# Making 1 CO2 system into 2



## Gomer (Feb 2, 2004)

I want to use a single 5lb CO2 cylinder for both an inline reactor on my 30g and a atomizer on my 10g.

The atomizer is run at high pressure (ie, no bubble counter) and the inline is at low pressure.

I will be getting all my stuff from www.aquatic-store.com.

I called up milwaukee (as I was considering theirs) and was told that the regulator, solinoid and bubble counter used epoxy in the threads and you couldn't take it appart.

Can anyone think of a creative way to run a high and low pressure setup with parts at www.aquatic-store.com ?

Thanks!


----------



## turbomkt (Mar 31, 2004)

Tony,
You're looking for a manifold of some sort. Here's one I just found. It's a little pricey compared to a single regulator, but it would probably get the job done with the simplest setup.
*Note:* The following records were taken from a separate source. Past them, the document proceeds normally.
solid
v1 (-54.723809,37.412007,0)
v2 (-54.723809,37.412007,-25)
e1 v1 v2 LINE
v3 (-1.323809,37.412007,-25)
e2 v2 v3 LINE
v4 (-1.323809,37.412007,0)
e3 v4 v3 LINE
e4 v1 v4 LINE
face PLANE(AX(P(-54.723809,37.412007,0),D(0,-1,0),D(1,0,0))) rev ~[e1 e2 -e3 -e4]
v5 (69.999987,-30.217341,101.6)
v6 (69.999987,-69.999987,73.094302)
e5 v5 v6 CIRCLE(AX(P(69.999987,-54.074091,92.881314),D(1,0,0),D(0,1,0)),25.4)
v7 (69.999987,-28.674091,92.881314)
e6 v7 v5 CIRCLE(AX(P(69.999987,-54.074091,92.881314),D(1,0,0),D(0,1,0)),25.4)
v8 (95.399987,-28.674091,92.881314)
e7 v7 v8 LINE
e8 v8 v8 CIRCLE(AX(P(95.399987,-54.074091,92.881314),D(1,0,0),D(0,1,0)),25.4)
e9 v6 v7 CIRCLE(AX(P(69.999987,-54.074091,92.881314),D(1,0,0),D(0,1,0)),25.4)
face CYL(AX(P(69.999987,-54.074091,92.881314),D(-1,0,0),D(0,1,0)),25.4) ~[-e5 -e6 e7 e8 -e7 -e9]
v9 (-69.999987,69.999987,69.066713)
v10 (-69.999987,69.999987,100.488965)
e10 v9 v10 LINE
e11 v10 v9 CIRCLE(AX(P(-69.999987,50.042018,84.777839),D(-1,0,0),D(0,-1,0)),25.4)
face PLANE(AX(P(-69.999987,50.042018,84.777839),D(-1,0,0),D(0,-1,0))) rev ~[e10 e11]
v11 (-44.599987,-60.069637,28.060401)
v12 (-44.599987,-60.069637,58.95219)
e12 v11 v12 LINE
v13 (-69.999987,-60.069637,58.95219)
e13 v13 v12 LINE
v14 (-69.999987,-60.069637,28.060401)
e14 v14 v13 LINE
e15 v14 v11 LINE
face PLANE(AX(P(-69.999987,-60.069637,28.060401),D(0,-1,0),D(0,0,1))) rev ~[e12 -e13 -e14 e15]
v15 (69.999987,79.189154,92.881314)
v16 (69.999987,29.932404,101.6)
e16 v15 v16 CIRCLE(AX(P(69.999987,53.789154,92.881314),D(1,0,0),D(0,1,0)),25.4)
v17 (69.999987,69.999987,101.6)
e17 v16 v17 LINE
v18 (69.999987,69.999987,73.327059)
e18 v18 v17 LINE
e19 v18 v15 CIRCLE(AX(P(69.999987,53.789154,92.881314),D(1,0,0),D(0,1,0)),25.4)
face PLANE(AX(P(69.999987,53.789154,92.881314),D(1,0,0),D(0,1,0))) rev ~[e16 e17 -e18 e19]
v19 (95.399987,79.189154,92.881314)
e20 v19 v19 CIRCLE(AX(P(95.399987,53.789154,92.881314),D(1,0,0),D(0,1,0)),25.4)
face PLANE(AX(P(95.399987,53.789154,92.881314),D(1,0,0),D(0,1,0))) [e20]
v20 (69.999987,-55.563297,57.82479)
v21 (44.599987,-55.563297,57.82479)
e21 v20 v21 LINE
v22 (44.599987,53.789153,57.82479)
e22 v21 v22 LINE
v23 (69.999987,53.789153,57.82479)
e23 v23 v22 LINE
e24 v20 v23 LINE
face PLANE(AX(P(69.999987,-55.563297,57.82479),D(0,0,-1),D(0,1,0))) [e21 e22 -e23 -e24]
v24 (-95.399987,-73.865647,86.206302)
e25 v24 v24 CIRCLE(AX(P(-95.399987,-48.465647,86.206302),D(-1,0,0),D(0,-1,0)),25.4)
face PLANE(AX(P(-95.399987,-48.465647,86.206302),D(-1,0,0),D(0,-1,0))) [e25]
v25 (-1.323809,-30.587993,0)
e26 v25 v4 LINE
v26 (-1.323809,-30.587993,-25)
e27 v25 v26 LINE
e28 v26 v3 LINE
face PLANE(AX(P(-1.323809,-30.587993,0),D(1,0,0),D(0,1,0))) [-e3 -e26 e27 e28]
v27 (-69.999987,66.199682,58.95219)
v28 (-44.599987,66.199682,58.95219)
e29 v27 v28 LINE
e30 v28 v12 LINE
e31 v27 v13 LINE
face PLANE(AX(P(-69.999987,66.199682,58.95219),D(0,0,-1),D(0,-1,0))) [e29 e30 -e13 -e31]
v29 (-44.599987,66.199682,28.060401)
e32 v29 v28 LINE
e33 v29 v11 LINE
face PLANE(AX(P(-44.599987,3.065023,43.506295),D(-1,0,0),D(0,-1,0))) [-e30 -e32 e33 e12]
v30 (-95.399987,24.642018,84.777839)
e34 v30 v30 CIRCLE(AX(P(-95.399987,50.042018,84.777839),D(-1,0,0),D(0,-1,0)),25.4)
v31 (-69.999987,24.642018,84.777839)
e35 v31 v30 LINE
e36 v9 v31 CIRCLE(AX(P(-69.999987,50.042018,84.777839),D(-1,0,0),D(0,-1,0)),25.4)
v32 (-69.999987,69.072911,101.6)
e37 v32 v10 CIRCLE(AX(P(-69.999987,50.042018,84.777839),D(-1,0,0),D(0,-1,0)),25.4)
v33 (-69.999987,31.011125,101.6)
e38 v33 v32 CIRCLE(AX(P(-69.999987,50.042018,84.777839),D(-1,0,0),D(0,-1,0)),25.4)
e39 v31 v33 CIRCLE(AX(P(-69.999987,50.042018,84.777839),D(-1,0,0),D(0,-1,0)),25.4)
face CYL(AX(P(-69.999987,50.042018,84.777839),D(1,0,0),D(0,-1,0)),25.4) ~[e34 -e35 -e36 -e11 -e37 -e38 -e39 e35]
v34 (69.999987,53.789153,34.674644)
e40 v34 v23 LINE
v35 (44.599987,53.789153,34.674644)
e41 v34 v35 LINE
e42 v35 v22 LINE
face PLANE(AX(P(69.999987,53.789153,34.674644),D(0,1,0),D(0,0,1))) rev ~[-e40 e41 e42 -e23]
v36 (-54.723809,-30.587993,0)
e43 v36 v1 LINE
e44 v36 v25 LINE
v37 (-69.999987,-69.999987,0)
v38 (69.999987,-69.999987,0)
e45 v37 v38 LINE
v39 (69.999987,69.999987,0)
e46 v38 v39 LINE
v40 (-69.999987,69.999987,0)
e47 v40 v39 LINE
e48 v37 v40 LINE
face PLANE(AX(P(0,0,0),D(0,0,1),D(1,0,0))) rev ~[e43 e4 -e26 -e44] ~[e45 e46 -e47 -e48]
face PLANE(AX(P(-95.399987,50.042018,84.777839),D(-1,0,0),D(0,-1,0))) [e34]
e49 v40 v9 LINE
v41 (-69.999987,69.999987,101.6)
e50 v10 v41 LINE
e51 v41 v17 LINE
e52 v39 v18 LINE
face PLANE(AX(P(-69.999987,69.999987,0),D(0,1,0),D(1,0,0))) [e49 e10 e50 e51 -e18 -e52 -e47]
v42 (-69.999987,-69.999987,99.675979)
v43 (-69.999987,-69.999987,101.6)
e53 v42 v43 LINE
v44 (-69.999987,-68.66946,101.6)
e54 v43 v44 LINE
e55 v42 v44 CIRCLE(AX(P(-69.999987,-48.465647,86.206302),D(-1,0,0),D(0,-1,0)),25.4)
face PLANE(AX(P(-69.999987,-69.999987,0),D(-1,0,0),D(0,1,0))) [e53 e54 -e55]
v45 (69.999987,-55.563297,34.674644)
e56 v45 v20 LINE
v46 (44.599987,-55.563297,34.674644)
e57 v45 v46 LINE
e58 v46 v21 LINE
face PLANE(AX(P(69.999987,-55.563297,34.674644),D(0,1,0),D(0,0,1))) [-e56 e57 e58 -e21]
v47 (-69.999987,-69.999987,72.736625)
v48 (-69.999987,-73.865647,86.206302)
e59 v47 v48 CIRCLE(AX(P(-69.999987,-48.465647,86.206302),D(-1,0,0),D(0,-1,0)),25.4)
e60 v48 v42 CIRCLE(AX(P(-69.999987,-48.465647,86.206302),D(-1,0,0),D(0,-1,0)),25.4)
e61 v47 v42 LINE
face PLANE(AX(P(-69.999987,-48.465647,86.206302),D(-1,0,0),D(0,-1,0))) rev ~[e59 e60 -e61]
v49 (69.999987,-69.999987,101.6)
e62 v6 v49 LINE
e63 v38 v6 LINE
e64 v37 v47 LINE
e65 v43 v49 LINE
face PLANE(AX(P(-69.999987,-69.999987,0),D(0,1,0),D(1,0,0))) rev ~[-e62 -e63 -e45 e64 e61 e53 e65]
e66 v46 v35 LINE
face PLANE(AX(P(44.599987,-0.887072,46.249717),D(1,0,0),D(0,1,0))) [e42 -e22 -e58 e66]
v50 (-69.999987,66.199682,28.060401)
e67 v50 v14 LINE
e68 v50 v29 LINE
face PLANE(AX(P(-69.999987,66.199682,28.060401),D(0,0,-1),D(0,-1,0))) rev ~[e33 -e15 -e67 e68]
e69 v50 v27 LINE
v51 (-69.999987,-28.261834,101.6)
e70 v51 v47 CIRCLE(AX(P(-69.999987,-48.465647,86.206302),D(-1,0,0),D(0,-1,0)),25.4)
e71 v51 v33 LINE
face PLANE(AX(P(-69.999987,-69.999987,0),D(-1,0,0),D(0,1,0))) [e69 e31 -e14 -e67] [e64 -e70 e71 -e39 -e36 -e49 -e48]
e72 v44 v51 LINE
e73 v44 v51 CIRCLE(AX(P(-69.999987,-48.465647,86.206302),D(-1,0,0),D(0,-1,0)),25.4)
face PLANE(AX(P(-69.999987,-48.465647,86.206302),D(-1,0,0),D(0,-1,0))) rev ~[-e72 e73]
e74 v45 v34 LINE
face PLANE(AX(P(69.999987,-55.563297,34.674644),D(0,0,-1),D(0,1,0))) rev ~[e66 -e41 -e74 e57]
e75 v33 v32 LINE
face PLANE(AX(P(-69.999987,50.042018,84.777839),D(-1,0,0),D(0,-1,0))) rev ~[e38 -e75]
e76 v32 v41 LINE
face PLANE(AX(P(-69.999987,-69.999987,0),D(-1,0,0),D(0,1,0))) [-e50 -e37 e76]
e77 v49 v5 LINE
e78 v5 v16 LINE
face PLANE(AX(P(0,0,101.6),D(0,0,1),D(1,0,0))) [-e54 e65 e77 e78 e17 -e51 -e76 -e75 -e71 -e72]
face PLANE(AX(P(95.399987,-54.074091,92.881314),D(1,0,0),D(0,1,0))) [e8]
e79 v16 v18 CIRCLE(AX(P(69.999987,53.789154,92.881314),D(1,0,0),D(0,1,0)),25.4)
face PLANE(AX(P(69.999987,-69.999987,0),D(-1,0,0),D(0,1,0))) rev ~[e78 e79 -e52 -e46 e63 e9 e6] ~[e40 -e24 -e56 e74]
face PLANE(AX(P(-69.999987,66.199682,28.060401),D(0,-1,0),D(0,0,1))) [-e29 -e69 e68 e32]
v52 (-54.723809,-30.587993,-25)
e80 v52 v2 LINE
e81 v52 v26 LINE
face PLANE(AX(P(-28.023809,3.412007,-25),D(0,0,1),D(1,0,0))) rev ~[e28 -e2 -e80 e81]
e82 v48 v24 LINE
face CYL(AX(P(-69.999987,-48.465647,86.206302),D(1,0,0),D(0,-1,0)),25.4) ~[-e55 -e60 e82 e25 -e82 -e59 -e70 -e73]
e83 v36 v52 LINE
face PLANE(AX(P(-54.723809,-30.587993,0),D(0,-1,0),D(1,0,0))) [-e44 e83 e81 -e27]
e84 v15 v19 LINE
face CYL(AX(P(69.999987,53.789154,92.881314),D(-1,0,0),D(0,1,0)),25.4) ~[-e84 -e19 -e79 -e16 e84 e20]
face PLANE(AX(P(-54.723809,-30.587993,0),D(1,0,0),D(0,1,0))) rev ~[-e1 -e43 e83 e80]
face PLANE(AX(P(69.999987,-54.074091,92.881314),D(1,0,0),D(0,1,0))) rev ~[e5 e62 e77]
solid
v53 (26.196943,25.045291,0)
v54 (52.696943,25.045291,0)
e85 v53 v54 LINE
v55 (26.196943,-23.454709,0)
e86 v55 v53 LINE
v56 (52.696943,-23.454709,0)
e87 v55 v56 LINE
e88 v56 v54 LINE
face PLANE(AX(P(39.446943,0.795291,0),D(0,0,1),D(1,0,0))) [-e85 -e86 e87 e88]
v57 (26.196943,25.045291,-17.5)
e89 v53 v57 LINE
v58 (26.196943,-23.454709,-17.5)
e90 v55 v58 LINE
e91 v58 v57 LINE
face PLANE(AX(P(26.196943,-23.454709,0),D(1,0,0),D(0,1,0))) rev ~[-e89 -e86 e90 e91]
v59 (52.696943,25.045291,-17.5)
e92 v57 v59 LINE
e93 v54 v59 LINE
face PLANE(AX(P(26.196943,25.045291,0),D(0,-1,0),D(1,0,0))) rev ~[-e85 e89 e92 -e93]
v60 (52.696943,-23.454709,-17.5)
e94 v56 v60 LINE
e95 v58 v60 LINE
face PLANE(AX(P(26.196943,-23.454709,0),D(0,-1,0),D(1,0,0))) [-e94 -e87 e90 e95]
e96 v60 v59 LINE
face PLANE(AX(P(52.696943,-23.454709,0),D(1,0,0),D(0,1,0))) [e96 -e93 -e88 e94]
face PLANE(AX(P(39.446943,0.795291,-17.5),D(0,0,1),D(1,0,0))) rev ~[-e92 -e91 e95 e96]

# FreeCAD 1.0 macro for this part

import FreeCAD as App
import Part
import Sketcher

V = App.Vector
Q = App.Units.Quantity

doc = App.newDocument("Part")
body = doc.addObject("PartDesign::Body", "Body")

# Sketch on XY plane
sketch1 = body.newObject("Sketcher::SketchObject", "Sketch")
sketch1.AttachmentSupport = (doc.getObject("XY_Plane"), [""])
sketch1.MapMode = "FlatFace"
sketch1.addGeometry([
    Part.LineSegment(V(-70, 70, 0), V(-70, -70, 0)),
    Part.LineSegment(V(-70, -70, 0), V(70, -70, 0)),
    Part.LineSegment(V(70, -70, 0), V(70, 70, 0)),
    Part.LineSegment(V(70, 70, 0), V(-70, 70, 0)),
], False)
sketch1.addConstraint([
    Sketcher.Constraint("Coincident", 0, 2, 1, 1),
    Sketcher.Constraint("Coincident", 1, 2, 2, 1),
    Sketcher.Constraint("Coincident", 2, 2, 3, 1),
    Sketcher.Constraint("Coincident", 3, 2, 0, 1),
    Sketcher.Constraint("Vertical", 0),
    Sketcher.Constraint("Horizontal", 1),
    Sketcher.Constraint("Vertical", 2),
    Sketcher.Constraint("Horizontal", 3),
    Sketcher.Constraint("Symmetric", 0, 2, 2, 2, -1, 1),
    Sketcher.Constraint("Equal", 3, 0),
    Sketcher.Constraint("DistanceX", 1, 1, 1, 2, Q("139.999974 mm")),
])
pad1 = body.newObject("PartDesign::Pad", "Pad")
pad1.Profile = sketch1
pad1.Length = 101.6

# Sketch on XY plane
sketch2 = body.newObject("Sketcher::SketchObject", "Sketch001")
sketch2.AttachmentSupport = (doc.getObject("XY_Plane"), [""])
sketch2.MapMode = "FlatFace"
sketch2.addGeometry([
    Part.LineSegment(V(-55, 37, 0), V(-55, -31, 0)),
    Part.LineSegment(V(-55, -31, 0), V(-1, -31, 0)),
    Part.LineSegment(V(-1, -31, 0), V(-1, 37, 0)),
    Part.LineSegment(V(-1, 37, 0), V(-55, 37, 0)),
], False)
sketch2.addConstraint([
    Sketcher.Constraint("Coincident", 0, 2, 1, 1),
    Sketcher.Constraint("Coincident", 1, 2, 2, 1),
    Sketcher.Constraint("Coincident", 2, 2, 3, 1),
    Sketcher.Constraint("Coincident", 3, 2, 0, 1),
    Sketcher.Constraint("Vertical", 0),
    Sketcher.Constraint("Horizontal", 1),
    Sketcher.Constraint("Vertical", 2),
    Sketcher.Constraint("Horizontal", 3),
    Sketcher.Constraint("DistanceY", 0, 2, 0, 1, Q("68 mm")),
    Sketcher.Constraint("DistanceX", 1, 1, 1, 2, Q("53.4 mm")),
    Sketcher.Constraint("DistanceX", 0, 2, -1, 1, Q("54.723809 mm")),
    Sketcher.Constraint("DistanceY", 0, 2, -1, 1, Q("30.587993 mm")),
])
pad2 = body.newObject("PartDesign::Pad", "Pad001")
pad2.Profile = sketch2
pad2.Length = 25
pad2.Reversed = True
http://www.morebeer.com/index.html?page=detail.php3&pid=D1065

I'd check with your local brewer's supply or a place like www.airgas.com. You'll probably find both relatively close to you...


----------



## IUnknown (Feb 24, 2004)

You could leave the needlevalve that you have fully open, and buy an inline needle valve. Then just get a Y adapter and place it after your current needle valve and put the new needle valve on the low pressure side. I use the Fabco needle valve.

http://www.wcf.com/co2iron/


----------



## turbomkt (Mar 31, 2004)

Although splitting it off that way would get two CO2 feeds, I think he is specifically looking for different CO2 pressures. While a needle valve will limit flow very well, how well will it do with controlling pressure?


----------



## Gomer (Feb 2, 2004)

Because the conductance is different, you will get different pressures. I THINK I found an option. I called JBJ and they have a 2way manifold (w/ needle valves) accessory. You put it in place of their needle valve and can get an additional bubble counter (which I won't need). Marc has something that fits the description..now I just need to confirm it.


----------



## www.glass-gardens.com (Jun 3, 2004)

Gomer said:


> I want to use a single 5lb CO2 cylinder for both an inline reactor on my 30g and a atomizer on my 10g.
> 
> The atomizer is run at high pressure (ie, no bubble counter) and the inline is at low pressure.
> 
> ...


Although the Milwaukee is expoxied, it can be taken apart, however, just like the JBJ models it's a struggle and it may void the warranty. The JBJ we have was definitely expoxied as well. The use of a 40 watt soldering iron right at the joint for a few seconds will help, just don't let it get the solenoid or regulator too hot, and it's easier if you take the gauges off and clamp the regulator body in a vise (use plastic strips to keep from marring the body).


----------



## Robert Hudson (Feb 5, 2004)

You mean this one? If attaching this to either the JBJ or Milwaukee is as difficult as what Mr. glass garden says, then the solution is an INLINE manifold like this:










I can get them from 2 to practicaly any number of needle valves, but the basic limit is 8.


----------



## Gomer (Feb 2, 2004)

I recently got the 3 way manafold for a JBJ regulator. 2 wrenches and the old needle valve was off. Replacing with the JBJ tripple manifold was easy.


----------



## Corigan (Mar 15, 2004)

Robert,

What is the part #/model #/manufacturer of the manifold with 2 needle valves shown in the first picture? It looks exactly what I am needing for a ma957 so I can inject into my second aquarium.

Matt


----------



## Robert Hudson (Feb 5, 2004)

It is sold/made thru JBJ, so it better work with a JBJ regulator. I was surprised to learn that Milwaukee says it should not be done...I don't see why not. It shouldn't be any different than any other regulator. I do understand though how that would void the warranty. That is completely understandable.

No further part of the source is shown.